Ceramics International covers oxide and non-oxide ceramics, functional glasses, glass ceramics, amorphous inorganic non-metallic materials (and their combinations with metal and organic materials), in the form of particulates, dense or porous bodies, thin/thick films and laminated, graded and composite structures. Process related topics such as ceramic-ceramic joints or joining ceramics with dissimilar materials, as well as surface finishing and conditioning are also covered. Besides traditional processing techniques, manufacturing routes of interest include innovative procedures benefiting from externally applied stresses, electromagnetic fields and energetic beams, as well as top-down and self-assembly nanotechnology approaches. In addition, the journal welcomes submissions on bio-inspired and bio-enabled materials designs, experimentally validated multi scale modelling and simulation for materials design, and the use of the most advanced chemical and physical characterization techniques of structure, properties and behaviour.

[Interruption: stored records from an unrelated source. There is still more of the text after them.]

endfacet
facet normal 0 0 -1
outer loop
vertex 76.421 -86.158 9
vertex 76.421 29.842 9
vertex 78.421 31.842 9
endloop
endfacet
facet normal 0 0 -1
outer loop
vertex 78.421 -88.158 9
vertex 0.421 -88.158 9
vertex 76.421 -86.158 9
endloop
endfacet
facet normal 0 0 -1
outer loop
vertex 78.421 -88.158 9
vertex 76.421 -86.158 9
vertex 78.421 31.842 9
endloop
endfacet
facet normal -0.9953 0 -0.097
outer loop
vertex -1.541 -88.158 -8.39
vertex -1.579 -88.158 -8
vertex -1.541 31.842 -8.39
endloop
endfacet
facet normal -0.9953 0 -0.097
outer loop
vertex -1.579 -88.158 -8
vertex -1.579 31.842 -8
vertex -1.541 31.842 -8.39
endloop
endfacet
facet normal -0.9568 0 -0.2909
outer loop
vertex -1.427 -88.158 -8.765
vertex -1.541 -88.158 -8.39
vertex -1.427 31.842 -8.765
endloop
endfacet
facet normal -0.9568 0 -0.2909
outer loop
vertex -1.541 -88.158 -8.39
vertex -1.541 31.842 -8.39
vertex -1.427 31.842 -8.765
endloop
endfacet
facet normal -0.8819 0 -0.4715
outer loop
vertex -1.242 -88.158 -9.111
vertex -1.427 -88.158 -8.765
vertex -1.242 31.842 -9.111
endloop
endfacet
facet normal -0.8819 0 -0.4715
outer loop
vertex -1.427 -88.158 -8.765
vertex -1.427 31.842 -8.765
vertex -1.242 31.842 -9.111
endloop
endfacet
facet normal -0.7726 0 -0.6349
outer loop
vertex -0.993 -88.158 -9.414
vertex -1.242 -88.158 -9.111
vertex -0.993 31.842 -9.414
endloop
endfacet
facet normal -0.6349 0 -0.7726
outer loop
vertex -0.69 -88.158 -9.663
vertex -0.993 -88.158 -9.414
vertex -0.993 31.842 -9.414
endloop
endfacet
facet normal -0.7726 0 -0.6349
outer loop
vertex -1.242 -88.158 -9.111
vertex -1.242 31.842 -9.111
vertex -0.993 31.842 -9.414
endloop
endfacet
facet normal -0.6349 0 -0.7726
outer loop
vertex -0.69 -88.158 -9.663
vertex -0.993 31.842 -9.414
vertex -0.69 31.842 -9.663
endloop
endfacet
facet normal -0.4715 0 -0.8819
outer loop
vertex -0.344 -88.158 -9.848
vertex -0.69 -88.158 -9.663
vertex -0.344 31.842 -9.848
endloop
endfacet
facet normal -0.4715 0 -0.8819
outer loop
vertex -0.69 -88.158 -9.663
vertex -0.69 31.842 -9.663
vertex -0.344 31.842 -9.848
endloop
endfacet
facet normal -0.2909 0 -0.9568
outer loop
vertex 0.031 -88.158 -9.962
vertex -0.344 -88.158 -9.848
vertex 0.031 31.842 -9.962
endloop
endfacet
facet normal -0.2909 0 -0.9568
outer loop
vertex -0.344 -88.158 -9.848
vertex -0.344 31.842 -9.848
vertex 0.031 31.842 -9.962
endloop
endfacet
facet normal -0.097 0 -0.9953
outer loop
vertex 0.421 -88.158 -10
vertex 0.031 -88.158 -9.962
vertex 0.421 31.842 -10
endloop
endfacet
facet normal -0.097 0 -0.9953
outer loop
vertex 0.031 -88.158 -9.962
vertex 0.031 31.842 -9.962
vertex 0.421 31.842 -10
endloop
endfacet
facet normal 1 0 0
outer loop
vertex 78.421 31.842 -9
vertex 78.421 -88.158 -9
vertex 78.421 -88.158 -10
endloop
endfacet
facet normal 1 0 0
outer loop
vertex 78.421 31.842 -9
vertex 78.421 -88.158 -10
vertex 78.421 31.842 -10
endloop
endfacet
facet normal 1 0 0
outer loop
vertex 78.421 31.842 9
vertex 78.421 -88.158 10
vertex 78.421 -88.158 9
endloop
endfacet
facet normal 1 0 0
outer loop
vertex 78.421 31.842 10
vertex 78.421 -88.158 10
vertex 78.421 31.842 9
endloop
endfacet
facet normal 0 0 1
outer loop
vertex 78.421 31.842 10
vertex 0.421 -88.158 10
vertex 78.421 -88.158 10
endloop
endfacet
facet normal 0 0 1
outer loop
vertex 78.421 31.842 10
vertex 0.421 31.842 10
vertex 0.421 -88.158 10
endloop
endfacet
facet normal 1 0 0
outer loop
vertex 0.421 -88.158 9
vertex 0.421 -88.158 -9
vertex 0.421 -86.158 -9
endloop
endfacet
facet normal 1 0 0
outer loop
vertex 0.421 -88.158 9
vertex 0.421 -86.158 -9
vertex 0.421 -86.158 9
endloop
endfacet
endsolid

Technologically relevant low-dimensional systems are a particular focus of Ceramics International. These include 0, 1 and 2-D nanomaterials (also covering CNTs, graphene and related materials, and diamond-like carbons), their nanocomposites, as well as nano-hybrids and hierarchical multifunctional nanostructures that might integrate molecular, biological and electronic components.